Defines executable unit for
GridComputeTask.
Description
Grid job is an executable unit of
GridComputeTask. Grid task gets split into jobs
when
GridComputeTask#map(List,Object) method is called. This method returns
all jobs for the task mapped to their corresponding grid nodes for execution. Grid
will then serialize this jobs and send them to requested nodes for execution.
When a node receives a request to execute a job, the following sequence of events
takes place:
-
If collision SPI is defined, then job gets put on waiting list which is passed to underlying
GridCollisionSpi SPI. Otherwise job will be submitted to the executor
service responsible for job execution immediately upon arrival.
-
If collision SPI is configured, then it will decide one of the following scheduling policies:
-
Job will be kept on waiting list. In this case, job will not get a
chance to execute until next time the Collision SPI is called.
-
Job will be moved to active list. In this case system will proceed
with job execution.
-
Job will be rejected. In this case the
GridComputeJobResult passed into
GridComputeTask#result(GridComputeJobResult,List) method will contain
GridComputeExecutionRejectedException exception. If you are using any
of the task adapters shipped with GridGain, then job will be failed
over automatically for execution on another node.
-
For activated jobs, an instance of distributed task session (see
GridComputeTaskSession)
will be injected.
-
System will execute the job by calling
GridComputeJob#execute() method.
-
If job gets cancelled while executing then
GridComputeJob#cancel()method will be called. Note that just like with
Thread#interrupt()method, grid job cancellation serves as a hint that a job should stop
executing or exhibit some other user defined behavior. Generally it is
up to a job to decide whether it wants to react to cancellation or
ignore it. Job cancellation can happen for several reasons:
- Collision SPI cancelled an active job.
- Parent task has completed without waiting for this job's result.
- User cancelled task by calling
GridComputeTaskFuture#cancel() method.
-
Once job execution is complete, the return value will be sent back to parent
task and will be passed into
GridComputeTask#result(GridComputeJobResult,List)method via
GridComputeJobResult instance. If job execution resulted
in a checked exception, then
GridComputeJobResult#getException() method
will contain that exception. If job execution threw a runtime exception
or error, then it will be wrapped into
GridComputeUserUndeclaredExceptionexception.
Resource Injection
Grid job implementation can be injected using IoC (dependency injection) with
grid resources. Both, field and method based injection are supported.

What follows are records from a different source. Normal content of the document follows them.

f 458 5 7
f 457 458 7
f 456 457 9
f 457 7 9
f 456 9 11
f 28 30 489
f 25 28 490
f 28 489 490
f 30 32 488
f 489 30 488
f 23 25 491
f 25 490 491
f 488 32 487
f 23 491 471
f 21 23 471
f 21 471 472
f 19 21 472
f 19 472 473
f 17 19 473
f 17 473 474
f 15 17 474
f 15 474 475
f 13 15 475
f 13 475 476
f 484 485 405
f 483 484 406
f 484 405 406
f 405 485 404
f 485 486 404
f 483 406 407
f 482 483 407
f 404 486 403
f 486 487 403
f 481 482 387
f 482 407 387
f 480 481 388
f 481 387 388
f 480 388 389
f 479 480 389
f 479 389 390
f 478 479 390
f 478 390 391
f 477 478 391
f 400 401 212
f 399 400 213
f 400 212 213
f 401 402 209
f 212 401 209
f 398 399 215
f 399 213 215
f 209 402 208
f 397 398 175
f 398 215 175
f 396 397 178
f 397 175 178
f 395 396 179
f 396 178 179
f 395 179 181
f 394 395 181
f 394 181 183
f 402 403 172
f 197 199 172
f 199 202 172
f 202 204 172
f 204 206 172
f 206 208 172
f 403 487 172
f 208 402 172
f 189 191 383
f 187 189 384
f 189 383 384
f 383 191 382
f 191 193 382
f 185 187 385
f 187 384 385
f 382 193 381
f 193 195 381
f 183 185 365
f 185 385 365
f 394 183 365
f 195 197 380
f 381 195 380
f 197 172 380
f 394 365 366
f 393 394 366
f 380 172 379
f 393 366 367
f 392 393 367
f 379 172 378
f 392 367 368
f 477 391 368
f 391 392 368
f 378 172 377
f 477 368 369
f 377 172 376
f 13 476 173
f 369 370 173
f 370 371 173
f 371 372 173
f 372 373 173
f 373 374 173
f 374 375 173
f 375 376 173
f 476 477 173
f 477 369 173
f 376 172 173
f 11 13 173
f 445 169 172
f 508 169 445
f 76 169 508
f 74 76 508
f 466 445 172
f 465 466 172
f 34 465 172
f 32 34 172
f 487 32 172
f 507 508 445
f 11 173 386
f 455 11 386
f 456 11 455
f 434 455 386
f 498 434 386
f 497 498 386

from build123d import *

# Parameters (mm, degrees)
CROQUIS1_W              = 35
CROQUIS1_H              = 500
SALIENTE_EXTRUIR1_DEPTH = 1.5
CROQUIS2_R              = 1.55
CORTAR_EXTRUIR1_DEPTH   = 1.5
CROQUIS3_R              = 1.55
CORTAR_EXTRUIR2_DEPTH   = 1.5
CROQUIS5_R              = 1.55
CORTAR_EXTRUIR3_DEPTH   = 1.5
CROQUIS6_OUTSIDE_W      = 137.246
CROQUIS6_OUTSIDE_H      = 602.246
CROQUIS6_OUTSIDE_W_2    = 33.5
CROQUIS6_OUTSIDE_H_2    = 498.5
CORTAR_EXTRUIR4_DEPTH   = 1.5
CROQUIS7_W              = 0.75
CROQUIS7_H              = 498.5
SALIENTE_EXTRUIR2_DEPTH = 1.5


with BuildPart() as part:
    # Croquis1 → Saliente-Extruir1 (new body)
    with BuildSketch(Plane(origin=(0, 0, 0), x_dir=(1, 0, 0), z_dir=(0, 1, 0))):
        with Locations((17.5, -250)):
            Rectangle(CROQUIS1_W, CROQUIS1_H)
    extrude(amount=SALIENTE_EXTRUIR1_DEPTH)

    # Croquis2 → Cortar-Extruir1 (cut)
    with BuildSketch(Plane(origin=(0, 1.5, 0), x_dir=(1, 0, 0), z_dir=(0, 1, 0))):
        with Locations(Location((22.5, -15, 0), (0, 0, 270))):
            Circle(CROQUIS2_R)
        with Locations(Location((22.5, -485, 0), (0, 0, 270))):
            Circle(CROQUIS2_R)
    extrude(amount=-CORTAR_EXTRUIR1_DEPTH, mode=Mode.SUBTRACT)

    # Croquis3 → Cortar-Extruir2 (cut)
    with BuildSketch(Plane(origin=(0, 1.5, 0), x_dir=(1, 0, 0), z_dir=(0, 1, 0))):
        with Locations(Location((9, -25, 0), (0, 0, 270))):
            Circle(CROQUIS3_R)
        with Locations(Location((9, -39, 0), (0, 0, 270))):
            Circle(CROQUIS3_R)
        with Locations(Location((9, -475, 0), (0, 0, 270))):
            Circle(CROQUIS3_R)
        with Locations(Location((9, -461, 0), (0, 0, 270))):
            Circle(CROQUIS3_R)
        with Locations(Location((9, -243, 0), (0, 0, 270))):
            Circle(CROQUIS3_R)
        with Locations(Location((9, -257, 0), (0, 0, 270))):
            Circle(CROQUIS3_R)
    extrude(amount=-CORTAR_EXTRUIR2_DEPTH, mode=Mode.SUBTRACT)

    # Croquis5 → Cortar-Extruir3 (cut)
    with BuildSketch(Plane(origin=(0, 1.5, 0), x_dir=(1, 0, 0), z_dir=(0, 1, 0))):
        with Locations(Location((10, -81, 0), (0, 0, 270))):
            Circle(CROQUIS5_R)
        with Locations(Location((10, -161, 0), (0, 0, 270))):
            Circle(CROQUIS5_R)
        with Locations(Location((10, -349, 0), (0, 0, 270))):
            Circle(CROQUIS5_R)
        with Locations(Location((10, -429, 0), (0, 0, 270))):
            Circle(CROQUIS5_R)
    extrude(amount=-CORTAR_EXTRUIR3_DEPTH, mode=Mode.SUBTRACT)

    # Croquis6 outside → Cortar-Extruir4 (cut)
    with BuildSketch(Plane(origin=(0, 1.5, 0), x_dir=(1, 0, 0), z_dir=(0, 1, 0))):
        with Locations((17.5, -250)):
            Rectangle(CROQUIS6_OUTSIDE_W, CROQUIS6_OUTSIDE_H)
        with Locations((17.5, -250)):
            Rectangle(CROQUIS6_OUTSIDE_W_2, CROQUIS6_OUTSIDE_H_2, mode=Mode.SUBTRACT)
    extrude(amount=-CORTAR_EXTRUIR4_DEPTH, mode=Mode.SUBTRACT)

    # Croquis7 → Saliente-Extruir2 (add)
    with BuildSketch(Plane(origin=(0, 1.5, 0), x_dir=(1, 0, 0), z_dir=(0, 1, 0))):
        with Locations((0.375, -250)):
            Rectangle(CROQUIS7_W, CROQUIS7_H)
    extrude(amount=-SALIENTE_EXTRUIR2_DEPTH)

The following grid resources can be injected:
-
GridTaskSessionResource
-
GridJobContextResource
-
GridInstanceResource
-
GridLoggerResource
-
GridHomeResource
-
GridExecutorServiceResource
-
GridLocalNodeIdResource
-
GridMBeanServerResource
-
GridMarshallerResource
-
GridSpringApplicationContextResource
-
GridSpringResource
Refer to corresponding resource documentation for more information.
GridComputeJobAdapter
GridGain comes with convenience
GridComputeJobAdapter adapter that provides
default empty implementation for
GridComputeJob#cancel() method and also
allows user to set and get job argument, if there is one.
Distributed Session Attributes
Jobs can communicate with parent task and with other job siblings from the same
task by setting session attributes (see
GridComputeTaskSession). Other jobs
can wait for an attribute to be set either synchronously or asynchronously.
Such functionality allows jobs to synchronize their execution with other jobs
at any point and can be useful when other jobs within task need to be made aware
of certain event or state change that occurred during job execution.
Distributed task session can be injected into
GridComputeJob implementation
using
GridTaskSessionResource annotation.
Both, field and method based injections are supported. Refer to
GridComputeTaskSession documentation for more information on session functionality.
Saving Checkpoints
Long running jobs may wish to save intermediate checkpoints to protect themselves
from failures. There are three checkpoint management methods:
-
GridComputeTaskSession#saveCheckpoint(String,Object,GridComputeTaskSessionScope,long)
-
GridComputeTaskSession#loadCheckpoint(String)
-
GridComputeTaskSession#removeCheckpoint(String)
Jobs that utilize checkpoint functionality should attempt to load a check
point at the beginning of execution. If a
non-null value is returned,
then job can continue from where it failed last time, otherwise it would start
from scratch. Throughout it's execution job should periodically save its
intermediate state to avoid starting from scratch in case of a failure.